# Bragança the coldest city in portugal where usualy snows



## checco24 (Jul 31, 2004)

Bragança is a municipality in north-eastern Portugal and the capital of the district of Bragança.It lies on a branch of the Sabor River south of the Culebra Mountains, 255 km northeast of Porto, 515 km from Lisbon and 22 km. from the Spanish border. The city is at an elevation of 700m.

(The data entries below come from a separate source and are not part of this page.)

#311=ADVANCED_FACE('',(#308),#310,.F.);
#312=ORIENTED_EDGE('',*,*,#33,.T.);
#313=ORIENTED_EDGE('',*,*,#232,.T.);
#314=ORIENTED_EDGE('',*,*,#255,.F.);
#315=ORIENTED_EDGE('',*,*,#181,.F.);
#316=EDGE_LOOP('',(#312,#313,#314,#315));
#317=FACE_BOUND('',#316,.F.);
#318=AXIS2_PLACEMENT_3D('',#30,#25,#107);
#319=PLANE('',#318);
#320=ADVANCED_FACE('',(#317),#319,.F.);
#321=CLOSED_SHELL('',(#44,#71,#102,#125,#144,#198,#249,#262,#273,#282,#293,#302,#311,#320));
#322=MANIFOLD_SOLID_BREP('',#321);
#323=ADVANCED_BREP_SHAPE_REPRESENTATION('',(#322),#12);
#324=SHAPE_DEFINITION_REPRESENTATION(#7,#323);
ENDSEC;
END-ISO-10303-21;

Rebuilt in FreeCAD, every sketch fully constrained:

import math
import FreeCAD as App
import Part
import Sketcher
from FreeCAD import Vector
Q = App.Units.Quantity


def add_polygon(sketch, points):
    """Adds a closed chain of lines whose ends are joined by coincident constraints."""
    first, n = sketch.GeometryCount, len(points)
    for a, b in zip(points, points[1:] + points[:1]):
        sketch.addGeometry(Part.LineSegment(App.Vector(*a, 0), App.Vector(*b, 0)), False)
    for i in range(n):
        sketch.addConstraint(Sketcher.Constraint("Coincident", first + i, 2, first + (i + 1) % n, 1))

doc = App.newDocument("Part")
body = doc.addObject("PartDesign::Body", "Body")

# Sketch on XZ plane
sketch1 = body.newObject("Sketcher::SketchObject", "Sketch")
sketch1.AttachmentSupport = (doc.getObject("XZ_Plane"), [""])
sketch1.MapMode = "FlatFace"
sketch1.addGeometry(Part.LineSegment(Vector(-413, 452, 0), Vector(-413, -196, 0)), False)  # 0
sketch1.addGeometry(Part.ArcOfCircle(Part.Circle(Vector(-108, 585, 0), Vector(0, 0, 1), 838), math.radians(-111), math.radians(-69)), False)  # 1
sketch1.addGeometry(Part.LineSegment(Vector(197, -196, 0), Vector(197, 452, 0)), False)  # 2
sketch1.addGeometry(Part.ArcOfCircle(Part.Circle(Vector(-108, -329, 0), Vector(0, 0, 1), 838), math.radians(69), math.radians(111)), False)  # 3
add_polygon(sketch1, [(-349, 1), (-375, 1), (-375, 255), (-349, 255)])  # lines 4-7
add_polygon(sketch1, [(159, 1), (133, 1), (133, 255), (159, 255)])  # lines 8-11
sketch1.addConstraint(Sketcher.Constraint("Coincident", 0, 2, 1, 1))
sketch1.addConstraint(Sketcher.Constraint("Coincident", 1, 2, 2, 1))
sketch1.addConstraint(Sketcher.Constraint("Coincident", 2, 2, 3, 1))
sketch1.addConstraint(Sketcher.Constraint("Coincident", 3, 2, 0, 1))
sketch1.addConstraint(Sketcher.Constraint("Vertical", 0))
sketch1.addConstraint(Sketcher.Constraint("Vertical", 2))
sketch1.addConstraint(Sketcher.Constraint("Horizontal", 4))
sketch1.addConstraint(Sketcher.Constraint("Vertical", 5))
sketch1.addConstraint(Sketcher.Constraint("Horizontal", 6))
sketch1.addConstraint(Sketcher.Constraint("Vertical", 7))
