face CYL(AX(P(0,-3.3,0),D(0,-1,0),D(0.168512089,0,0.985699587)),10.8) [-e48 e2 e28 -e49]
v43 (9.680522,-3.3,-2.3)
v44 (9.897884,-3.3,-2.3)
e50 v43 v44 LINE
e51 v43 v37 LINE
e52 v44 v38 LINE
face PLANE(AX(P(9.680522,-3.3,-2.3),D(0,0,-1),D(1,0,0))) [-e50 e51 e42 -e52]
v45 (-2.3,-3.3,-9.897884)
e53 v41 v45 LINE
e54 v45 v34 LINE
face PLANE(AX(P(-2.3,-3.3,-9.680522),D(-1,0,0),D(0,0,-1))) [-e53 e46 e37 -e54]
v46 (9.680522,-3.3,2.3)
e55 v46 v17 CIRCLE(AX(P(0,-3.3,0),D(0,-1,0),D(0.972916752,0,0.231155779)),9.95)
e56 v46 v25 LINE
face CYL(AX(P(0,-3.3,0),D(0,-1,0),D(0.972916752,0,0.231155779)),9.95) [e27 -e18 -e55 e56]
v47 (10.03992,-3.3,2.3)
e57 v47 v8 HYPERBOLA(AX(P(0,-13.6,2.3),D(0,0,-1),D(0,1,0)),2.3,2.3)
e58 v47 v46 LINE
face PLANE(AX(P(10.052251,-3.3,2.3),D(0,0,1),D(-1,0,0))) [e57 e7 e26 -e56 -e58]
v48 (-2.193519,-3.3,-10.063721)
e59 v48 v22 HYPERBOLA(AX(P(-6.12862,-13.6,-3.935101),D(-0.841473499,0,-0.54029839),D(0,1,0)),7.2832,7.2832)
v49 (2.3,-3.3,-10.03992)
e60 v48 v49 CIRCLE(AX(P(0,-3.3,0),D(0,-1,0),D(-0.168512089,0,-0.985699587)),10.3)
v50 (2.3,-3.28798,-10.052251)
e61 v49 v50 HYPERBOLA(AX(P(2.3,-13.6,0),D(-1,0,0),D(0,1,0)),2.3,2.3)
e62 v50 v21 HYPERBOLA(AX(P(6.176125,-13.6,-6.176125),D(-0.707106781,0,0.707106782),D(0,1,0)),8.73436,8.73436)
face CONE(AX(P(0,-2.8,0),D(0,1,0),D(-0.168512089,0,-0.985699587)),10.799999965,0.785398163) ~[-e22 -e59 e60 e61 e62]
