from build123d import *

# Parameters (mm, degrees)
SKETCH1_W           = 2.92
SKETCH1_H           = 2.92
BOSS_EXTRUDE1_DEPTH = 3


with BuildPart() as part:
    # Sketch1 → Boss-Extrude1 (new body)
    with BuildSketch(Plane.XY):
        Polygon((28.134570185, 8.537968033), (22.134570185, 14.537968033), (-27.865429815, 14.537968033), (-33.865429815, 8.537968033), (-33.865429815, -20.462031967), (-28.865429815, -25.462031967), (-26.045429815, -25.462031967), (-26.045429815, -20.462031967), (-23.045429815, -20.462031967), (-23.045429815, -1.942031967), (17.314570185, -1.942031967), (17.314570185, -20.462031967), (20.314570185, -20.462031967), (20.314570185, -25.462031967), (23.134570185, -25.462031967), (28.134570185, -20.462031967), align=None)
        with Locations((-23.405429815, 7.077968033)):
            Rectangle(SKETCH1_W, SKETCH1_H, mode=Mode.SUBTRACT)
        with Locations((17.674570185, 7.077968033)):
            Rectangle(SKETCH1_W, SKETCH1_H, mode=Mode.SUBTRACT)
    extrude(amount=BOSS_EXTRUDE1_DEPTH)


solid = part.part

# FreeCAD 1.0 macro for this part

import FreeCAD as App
import Part
import Sketcher

V = App.Vector


def add_polygon(sketch, points):
    """Adds a closed chain of lines whose ends are joined by coincident constraints."""
    first, n = sketch.GeometryCount, len(points)
    for a, b in zip(points, points[1:] + points[:1]):
        sketch.addGeometry(Part.LineSegment(App.Vector(*a, 0), App.Vector(*b, 0)), False)
    for i in range(n):
        sketch.addConstraint(Sketcher.Constraint("Coincident", first + i, 2, first + (i + 1) % n, 1))

doc = App.newDocument("Part")
body = doc.addObject("PartDesign::Body", "Body")

sketch1 = doc.addObject("Sketcher::SketchObject", "Sketch")
body.addObject(sketch1)
sketch1.AttachmentSupport = (doc.XY_Plane, [""])
sketch1.MapMode = "FlatFace"
add_polygon(sketch1, [(28.13457, 8.537968), (22.13457, 14.537968), (-27.86543, 14.537968), (-33.86543, 8.537968), (-33.86543, -20.462032), (-28.86543, -25.462032), (-26.04543, -25.462032), (-26.04543, -20.462032), (-23.04543, -20.462032), (-23.04543, -1.942032), (17.31457, -1.942032), (17.31457, -20.462032), (20.31457, -20.462032), (20.31457, -25.462032), (23.13457, -25.462032), (28.13457, -20.462032)])
add_polygon(sketch1, [(-21.94543, 5.617968), (-24.86543, 5.617968), (-24.86543, 8.537968), (-21.94543, 8.537968)])
add_polygon(sketch1, [(19.13457, 5.617968), (16.21457, 5.617968), (16.21457, 8.537968), (19.13457, 8.537968)])
sketch1.addConstraint([
    Sketcher.Constraint("Horizontal", 1),
    Sketcher.Constraint("Vertical", 3),
    Sketcher.Constraint("Horizontal", 5),
    Sketcher.Constraint("Vertical", 6),
    Sketcher.Constraint("Horizontal", 7),
    Sketcher.Constraint("Vertical", 8),
    Sketcher.Constraint("Horizontal", 9),
    Sketcher.Constraint("Vertical", 10),
    Sketcher.Constraint("Horizontal", 11),
    Sketcher.Constraint("Vertical", 12),
    Sketcher.Constraint("Horizontal", 13),
    Sketcher.Constraint("Vertical", 15),
    Sketcher.Constraint("Horizontal", 16),
    Sketcher.Constraint("Vertical", 17),
    Sketcher.Constraint("Horizontal", 18),
    Sketcher.Constraint("Vertical", 19),
    Sketcher.Constraint("Horizontal", 20),
    Sketcher.Constraint("Vertical", 21),
    Sketcher.Constraint("Horizontal", 22),
    Sketcher.Constraint("Vertical", 23),
    Sketcher.Constraint("Perpendicular", 0, 2),
    Sketcher.Constraint("Perpendicular", 2, 4),
    Sketcher.Constraint("Perpendicular", 4, 14),
    Sketcher.Constraint("Horizontal", 3, 2, 6, 2),
    Sketcher.Constraint("Horizontal", 7, 2, 10, 2),
    Sketcher.Constraint("Horizontal", 5, 2, 12, 2),
    Sketcher.Constraint("Horizontal", 11, 2, 14, 2),
    Sketcher.Constraint("Horizontal", 2, 2, 15, 2),
    Sketcher.Constraint("Horizontal", 15, 2, 17, 2),
    Sketcher.Constraint("Horizontal", 19, 2, 20, 2),
    Sketcher.Constraint("Horizontal", 18, 2, 21, 2),
    Sketcher.Constraint("Equal", 7, 11),
    Sketcher.Constraint("Equal", 5, 13),
    Sketcher.Constraint("Equal", 18, 20),
    Sketcher.Constraint("Equal", 22, 17),
    Sketcher.Constraint("Equal", 0, 2),
    Sketcher.Constraint("DistanceX", 1, 2, 1, 1, 50.0),
    Sketcher.Constraint("DistanceX", 7, 1, 7, 2, 3.0),
    Sketcher.Constraint("DistanceY", 3, 2, 3, 1, 29.0),
    Sketcher.Constraint("DistanceY", 6, 1, 6, 2, 5.0),
    Sketcher.Constraint("DistanceX", 2, 2, 1, 2, 6.0),
    Sketcher.Constraint("DistanceX", 1, 2, 16, 2, 3.0),
    Sketcher.Constraint("DistanceX", 22, 2, 0, 2, 3.0),
    Sketcher.Constraint("DistanceX", 5, 1, 5, 2, 2.82),
    Sketcher.Constraint("DistanceX", 16, 2, 16, 1, 2.92),
    Sketcher.Constraint("DistanceY", 8, 1, 8, 2, 18.52),
    Sketcher.Constraint("DistanceX", -1, 1, 0, 2, 22.13457),
    Sketcher.Constraint("DistanceY", -1, 1, 0, 2, 14.537968),
])
pad1 = doc.addObject("PartDesign::Pad", "Pad")
body.addObject(pad1)
pad1.Profile = sketch1
pad1.Length = 3

doc.recompute()
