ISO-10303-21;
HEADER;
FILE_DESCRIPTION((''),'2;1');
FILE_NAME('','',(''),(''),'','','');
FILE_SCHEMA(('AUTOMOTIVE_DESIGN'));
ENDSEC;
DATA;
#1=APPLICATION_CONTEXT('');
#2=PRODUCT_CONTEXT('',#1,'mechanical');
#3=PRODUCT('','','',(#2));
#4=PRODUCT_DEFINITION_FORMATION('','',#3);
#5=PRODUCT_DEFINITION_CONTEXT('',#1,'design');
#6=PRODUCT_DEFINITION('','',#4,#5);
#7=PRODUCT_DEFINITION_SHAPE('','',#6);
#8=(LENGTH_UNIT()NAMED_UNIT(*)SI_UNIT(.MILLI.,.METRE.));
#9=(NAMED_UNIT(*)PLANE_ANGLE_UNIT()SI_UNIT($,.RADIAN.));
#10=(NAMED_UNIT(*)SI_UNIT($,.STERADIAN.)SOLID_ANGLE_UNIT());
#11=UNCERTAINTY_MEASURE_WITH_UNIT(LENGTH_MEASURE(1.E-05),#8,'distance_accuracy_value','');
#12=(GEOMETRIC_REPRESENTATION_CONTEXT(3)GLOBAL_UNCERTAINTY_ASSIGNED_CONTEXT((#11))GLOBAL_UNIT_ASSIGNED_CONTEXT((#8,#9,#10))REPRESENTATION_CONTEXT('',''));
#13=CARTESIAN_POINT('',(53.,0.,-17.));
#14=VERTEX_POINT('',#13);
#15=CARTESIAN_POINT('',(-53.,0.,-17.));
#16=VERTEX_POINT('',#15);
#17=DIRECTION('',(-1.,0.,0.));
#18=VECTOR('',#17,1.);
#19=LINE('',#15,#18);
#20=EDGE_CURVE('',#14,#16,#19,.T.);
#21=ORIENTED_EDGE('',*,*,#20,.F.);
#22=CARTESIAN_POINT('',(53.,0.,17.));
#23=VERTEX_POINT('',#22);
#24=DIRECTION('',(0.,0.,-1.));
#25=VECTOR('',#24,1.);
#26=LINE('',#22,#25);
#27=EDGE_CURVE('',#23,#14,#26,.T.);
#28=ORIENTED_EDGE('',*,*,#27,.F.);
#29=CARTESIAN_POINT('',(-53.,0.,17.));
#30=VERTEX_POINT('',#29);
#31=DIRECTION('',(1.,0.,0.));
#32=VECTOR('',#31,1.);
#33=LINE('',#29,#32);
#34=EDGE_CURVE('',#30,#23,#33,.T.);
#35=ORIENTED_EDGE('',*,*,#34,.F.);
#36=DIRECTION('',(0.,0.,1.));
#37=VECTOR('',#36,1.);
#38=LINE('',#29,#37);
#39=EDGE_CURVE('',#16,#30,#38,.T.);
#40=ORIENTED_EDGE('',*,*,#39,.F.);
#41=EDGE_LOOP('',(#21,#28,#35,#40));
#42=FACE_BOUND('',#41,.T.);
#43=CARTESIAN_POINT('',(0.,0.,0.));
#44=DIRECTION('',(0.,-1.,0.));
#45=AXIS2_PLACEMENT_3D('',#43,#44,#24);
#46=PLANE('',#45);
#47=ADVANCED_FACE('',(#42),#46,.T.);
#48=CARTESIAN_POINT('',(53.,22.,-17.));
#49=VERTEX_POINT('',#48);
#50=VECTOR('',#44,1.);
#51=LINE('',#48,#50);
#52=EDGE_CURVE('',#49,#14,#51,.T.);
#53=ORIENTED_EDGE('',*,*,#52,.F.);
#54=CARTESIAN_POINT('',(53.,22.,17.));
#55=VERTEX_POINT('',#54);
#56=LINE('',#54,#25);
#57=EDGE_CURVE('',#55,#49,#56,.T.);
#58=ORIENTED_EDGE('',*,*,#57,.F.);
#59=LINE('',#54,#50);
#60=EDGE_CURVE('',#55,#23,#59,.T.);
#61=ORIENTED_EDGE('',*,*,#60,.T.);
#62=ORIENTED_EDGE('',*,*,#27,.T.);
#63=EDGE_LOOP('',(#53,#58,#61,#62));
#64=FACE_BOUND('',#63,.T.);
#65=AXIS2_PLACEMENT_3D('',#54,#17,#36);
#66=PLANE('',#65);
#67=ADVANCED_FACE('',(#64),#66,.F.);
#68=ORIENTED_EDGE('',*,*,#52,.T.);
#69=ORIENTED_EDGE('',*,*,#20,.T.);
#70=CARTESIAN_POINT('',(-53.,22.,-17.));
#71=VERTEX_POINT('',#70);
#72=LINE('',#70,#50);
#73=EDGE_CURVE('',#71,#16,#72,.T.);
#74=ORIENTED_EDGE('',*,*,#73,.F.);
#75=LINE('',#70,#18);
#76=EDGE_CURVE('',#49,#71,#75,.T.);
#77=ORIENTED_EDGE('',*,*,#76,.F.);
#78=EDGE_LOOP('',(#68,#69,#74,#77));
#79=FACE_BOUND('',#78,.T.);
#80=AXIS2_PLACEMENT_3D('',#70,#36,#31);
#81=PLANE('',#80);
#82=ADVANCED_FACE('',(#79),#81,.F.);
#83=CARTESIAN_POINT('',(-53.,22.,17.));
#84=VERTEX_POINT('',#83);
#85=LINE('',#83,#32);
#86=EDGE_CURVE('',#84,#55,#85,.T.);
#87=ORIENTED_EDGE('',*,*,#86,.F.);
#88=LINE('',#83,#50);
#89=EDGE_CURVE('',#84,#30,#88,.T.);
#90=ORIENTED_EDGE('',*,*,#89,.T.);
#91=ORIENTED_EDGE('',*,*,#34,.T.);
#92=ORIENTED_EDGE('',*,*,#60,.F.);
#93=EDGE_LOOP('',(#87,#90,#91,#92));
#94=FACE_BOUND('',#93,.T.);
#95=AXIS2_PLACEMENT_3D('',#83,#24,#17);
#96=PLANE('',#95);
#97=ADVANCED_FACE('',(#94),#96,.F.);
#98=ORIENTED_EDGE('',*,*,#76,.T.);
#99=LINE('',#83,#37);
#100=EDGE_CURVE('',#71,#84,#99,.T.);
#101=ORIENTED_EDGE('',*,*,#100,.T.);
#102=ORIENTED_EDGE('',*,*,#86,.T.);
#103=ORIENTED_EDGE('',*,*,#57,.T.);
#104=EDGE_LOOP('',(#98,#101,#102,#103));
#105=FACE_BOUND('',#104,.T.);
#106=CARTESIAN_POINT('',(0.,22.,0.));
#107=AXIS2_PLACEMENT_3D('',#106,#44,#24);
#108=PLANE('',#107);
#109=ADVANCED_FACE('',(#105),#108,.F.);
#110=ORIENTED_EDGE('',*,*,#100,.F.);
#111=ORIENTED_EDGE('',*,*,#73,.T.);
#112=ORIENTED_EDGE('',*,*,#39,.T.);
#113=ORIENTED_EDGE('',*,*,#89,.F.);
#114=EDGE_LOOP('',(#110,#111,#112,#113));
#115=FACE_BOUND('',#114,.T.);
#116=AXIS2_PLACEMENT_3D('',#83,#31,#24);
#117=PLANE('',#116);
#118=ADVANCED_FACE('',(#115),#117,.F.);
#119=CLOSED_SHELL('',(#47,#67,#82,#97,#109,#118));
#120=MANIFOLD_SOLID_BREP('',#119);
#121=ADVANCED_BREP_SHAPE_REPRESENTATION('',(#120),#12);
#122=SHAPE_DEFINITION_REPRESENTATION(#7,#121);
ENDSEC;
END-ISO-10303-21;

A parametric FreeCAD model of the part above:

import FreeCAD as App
import Part
import Sketcher

V = App.Vector
Q = App.Units.Quantity

doc = App.newDocument("Part")
params = doc.addObject("Spreadsheet::Sheet", "Params")
for row, (alias, value) in enumerate([
    ("sketch1_width", "106 mm"),
    ("sketch1_height", "34 mm"),
    ("pad1_length", "22 mm"),
], start=1):
    params.set(f"A{row}", alias)
    params.set(f"B{row}", "=" + value)
    params.setAlias(f"B{row}", alias)

body = doc.addObject("PartDesign::Body", "Body")

sketch1 = doc.addObject("Sketcher::SketchObject", "Sketch")
body.addObject(sketch1)
sketch1.AttachmentSupport = (doc.XZ_Plane, [""])
sketch1.MapMode = "FlatFace"
sketch1.addGeometry(Part.LineSegment(V(-53, -17, 0), V(-53, 17, 0)), False)
sketch1.addGeometry(Part.LineSegment(V(-53, 17, 0), V(53, 17, 0)), False)
sketch1.addGeometry(Part.LineSegment(V(53, 17, 0), V(53, -17, 0)), False)
sketch1.addGeometry(Part.LineSegment(V(53, -17, 0), V(-53, -17, 0)), False)
sketch1.addConstraint(Sketcher.Constraint("Coincident", 0, 2, 1, 1))
sketch1.addConstraint(Sketcher.Constraint("Coincident", 1, 2, 2, 1))
sketch1.addConstraint(Sketcher.Constraint("Coincident", 2, 2, 3, 1))
sketch1.addConstraint(Sketcher.Constraint("Coincident", 3, 2, 0, 1))
sketch1.addConstraint(Sketcher.Constraint("Vertical", 0))
sketch1.addConstraint(Sketcher.Constraint("Horizontal", 1))
sketch1.addConstraint(Sketcher.Constraint("Vertical", 2))
sketch1.addConstraint(Sketcher.Constraint("Horizontal", 3))
sketch1.addConstraint(Sketcher.Constraint("Symmetric", 0, 2, 2, 2, -1, 1))
sketch1.addConstraint(Sketcher.Constraint("DistanceX", 1, 1, 1, 2, Q("106 mm")))
sketch1.addConstraint(Sketcher.Constraint("DistanceY", 0, 1, 0, 2, Q("34 mm")))
sketch1.setExpression("Constraints[9]", "Params.sketch1_width")
sketch1.setExpression("Constraints[10]", "Params.sketch1_height")
pad1 = doc.addObject("PartDesign::Pad", "Pad")
body.addObject(pad1)
pad1.Profile = sketch1
pad1.setExpression("Length", "Params.pad1_length")
pad1.Reversed = True

doc.recompute()
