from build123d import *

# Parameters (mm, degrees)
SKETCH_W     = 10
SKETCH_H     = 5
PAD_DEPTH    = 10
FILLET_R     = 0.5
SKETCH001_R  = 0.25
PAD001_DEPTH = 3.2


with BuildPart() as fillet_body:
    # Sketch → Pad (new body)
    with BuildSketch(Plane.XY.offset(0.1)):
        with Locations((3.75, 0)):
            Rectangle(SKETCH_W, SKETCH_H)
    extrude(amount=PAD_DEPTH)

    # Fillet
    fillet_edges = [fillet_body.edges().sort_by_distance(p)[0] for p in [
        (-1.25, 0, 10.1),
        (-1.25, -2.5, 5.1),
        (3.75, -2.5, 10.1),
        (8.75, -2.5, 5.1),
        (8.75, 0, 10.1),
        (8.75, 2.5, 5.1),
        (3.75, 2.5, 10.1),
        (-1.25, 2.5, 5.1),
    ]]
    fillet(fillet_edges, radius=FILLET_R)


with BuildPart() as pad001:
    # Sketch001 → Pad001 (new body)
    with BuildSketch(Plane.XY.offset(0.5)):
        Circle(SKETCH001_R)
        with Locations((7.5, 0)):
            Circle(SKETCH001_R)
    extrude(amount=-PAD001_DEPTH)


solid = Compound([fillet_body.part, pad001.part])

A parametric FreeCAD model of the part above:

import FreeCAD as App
import Part
import Sketcher

V = App.Vector


def edges_at(feature, points):
    """Names of the edges that pass closest to the given points."""
    edges = feature.Shape.Edges
    near = lambda p: min(range(len(edges)), key=lambda i: edges[i].distToShape(Part.Vertex(*p))[0])
    return sorted({f"Edge{near(p) + 1}" for p in points})

doc = App.newDocument("Part")
body = doc.addObject("PartDesign::Body", "Body")

sketch1 = body.newObject("Sketcher::SketchObject", "Sketch")
sketch1.AttachmentSupport = (doc.getObject("XY_Plane"), [""])
sketch1.MapMode = "FlatFace"
sketch1.AttachmentOffset = App.Placement(V(0, 0, 0.1), App.Rotation())
sketch1.addGeometry([
    Part.LineSegment(V(-1, 2, 0), V(-1, -2, 0)),
    Part.LineSegment(V(-1, -2, 0), V(9, -2, 0)),
    Part.LineSegment(V(9, -2, 0), V(9, 2, 0)),
    Part.LineSegment(V(9, 2, 0), V(-1, 2, 0)),
], False)
sketch1.addConstraint([
    Sketcher.Constraint("Coincident", 0, 2, 1, 1),
    Sketcher.Constraint("Coincident", 1, 2, 2, 1),
    Sketcher.Constraint("Coincident", 2, 2, 3, 1),
    Sketcher.Constraint("Coincident", 3, 2, 0, 1),
    Sketcher.Constraint("Vertical", 0),
    Sketcher.Constraint("Horizontal", 1),
    Sketcher.Constraint("Vertical", 2),
    Sketcher.Constraint("Horizontal", 3),
    Sketcher.Constraint("DistanceX", 1, 1, 1, 2, 10.0),
    Sketcher.Constraint("DistanceY", 0, 2, 0, 1, 5.0),
    Sketcher.Constraint("DistanceY", 0, 2, -1, 1, 2.5),
    Sketcher.Constraint("DistanceX", 0, 2, -1, 1, 1.25),
])
pad1 = body.newObject("PartDesign::Pad", "Pad")
pad1.Profile = sketch1
pad1.Length = 10
doc.recompute()

fillet = body.newObject("PartDesign::Fillet", "Fillet")
fillet.Base = (pad1, edges_at(pad1, [
    (-1.25, 0, 10.1),
    (-1.25, -2.5, 5.1),
    (3.75, -2.5, 10.1),
    (8.75, -2.5, 5.1),
    (8.75, 0, 10.1),
    (8.75, 2.5, 5.1),
    (3.75, 2.5, 10.1),
    (-1.25, 2.5, 5.1),
]))
fillet.Radius = 0.5
body2 = doc.addObject("PartDesign::Body", "Body001")
body2.AllowCompound = True

sketch2 = body2.newObject("Sketcher::SketchObject", "Sketch001")
sketch2.AttachmentSupport = (doc.getObject("XY_Plane001"), [""])
sketch2.MapMode = "FlatFace"
sketch2.AttachmentOffset = App.Placement(V(0, 0, 0.5), App.Rotation())
sketch2.addGeometry([
    Part.Circle(V(0, 0, 0), V(0, 0, 1), 0.25),
    Part.Circle(V(7.5, 0, 0), V(0, 0, 1), 0.25),
], False)
sketch2.addConstraint([
    Sketcher.Constraint("Coincident", 0, 3, -1, 1),
    Sketcher.Constraint("Equal", 0, 1),
    Sketcher.Constraint("PointOnObject", 1, 3, -1),
    Sketcher.Constraint("Diameter", 0, 0.5),
    Sketcher.Constraint("DistanceX", -1, 1, 1, 3, 7.5),
])
pad2 = body2.newObject("PartDesign::Pad", "Pad001")
pad2.Profile = sketch2
pad2.Length = 3.2
pad2.Reversed = True

doc.recompute()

Originally Bragança was a Celtic city known as Brigantia, it later romanized it's actual name. Historically the city has been important as the seat of the House of Bragança, which provided the kings of Portugal from 1640 to 1910 and the emperors of Brazil from 1822 to 1889; their feudal castle (built 1187) still remains. Catherine of Bragança became the queen consort (1662) of Charles II of England. An episcopal see, Bragança was the capital of the historical Trás-os-Montes province

Fotos by Karsh


----------



## Tuscani01 (Nov 24, 2005)

Great pics. The city looks more 'new' than Lisbon.


----------



## cheesy bob (Jan 14, 2007)

not many people outside but it looks pretty good I guess I like the simple style square looking apartment buildings


----------



## checco24 (Jul 31, 2004)

Tuscani01 said:


> Great pics. The city looks more 'new' than Lisbon.


 yes they have built a lot of new buildings, because the population duplicate there, in many cities in portugal is the same but they have a old part, i have posted same photos showing the old part


----------



## checco24 (Jul 31, 2004)

cheesy bob said:


> not many people outside but it looks pretty good I guess I like the simple style square looking apartment buildings


it's because it was very cold, and i guess it was sunday


----------



## elliot (Dec 19, 2003)

Actually...... great thread. A 4 seasons post in Portugal of all places.

I for one learned something. Thanks!!!


----------



## checco24 (Jul 31, 2004)

it's the most remote city in portugal , i'ts a cold city, sometimes in the winter the temp reachs -10 degree, and in the summer it's very hot usualy it's reach 40 degree, the city is in the mountains.


----------



## neorion (May 26, 2006)

Interesting place, very neat.

Thanks for the photo tour :cheers:


----------



## oliver999 (Aug 4, 2006)

looks very cold. i like the huge trees aside the road.


----------



## Mussoda (Mar 10, 2007)

wonderful..!!
it looks very clean and neat...

I see more green than white,,.. although it's in cold place.. 
it's plentiful scene...


----------



## MikeN (Jan 13, 2006)

Really nice town, looks very cleanly, I like it.


----------



## WinoSoul (Sep 14, 2005)

Awesome city!!


----------



## nastyathenian (Jun 17, 2006)

It’s hard to believe that this town is in the Iberian peninsula! The greenery, the commie blocks and the cute low-rises place it somewhere in Eastern Europe, probably in ex-Yugoslavia.


----------



## yerfdog (Dec 9, 2006)

beautiful pics

something about the town looks really clean and modern, even on the really old streets

looks like a nice place. thanks for posting.


----------



## checco24 (Jul 31, 2004)

yes, the northern portugal is very diferent from the southern portugal, like arquithecture, the weather, the way they speak even the people are diferent


----------



## checco24 (Jul 31, 2004)

yes, the northern portugal is very diferent from the southern portugal, like arquithecture, the weather, the way they speak even the people are diferent


----------



## checco24 (Jul 31, 2004)

the landscape around bragança
































new buldings


----------



## SkyLerm (Nov 26, 2005)

It has charming


----------



## Paulo2004 (Oct 13, 2004)

Very beautiful city. A true portuguese gem!


----------



## otro (May 27, 2007)

very impressive. Portugal is so clean, no dirt on the roads and all the lines meet very nicely. There must be either a social concisousness regarding littering, or a massive public works department.


----------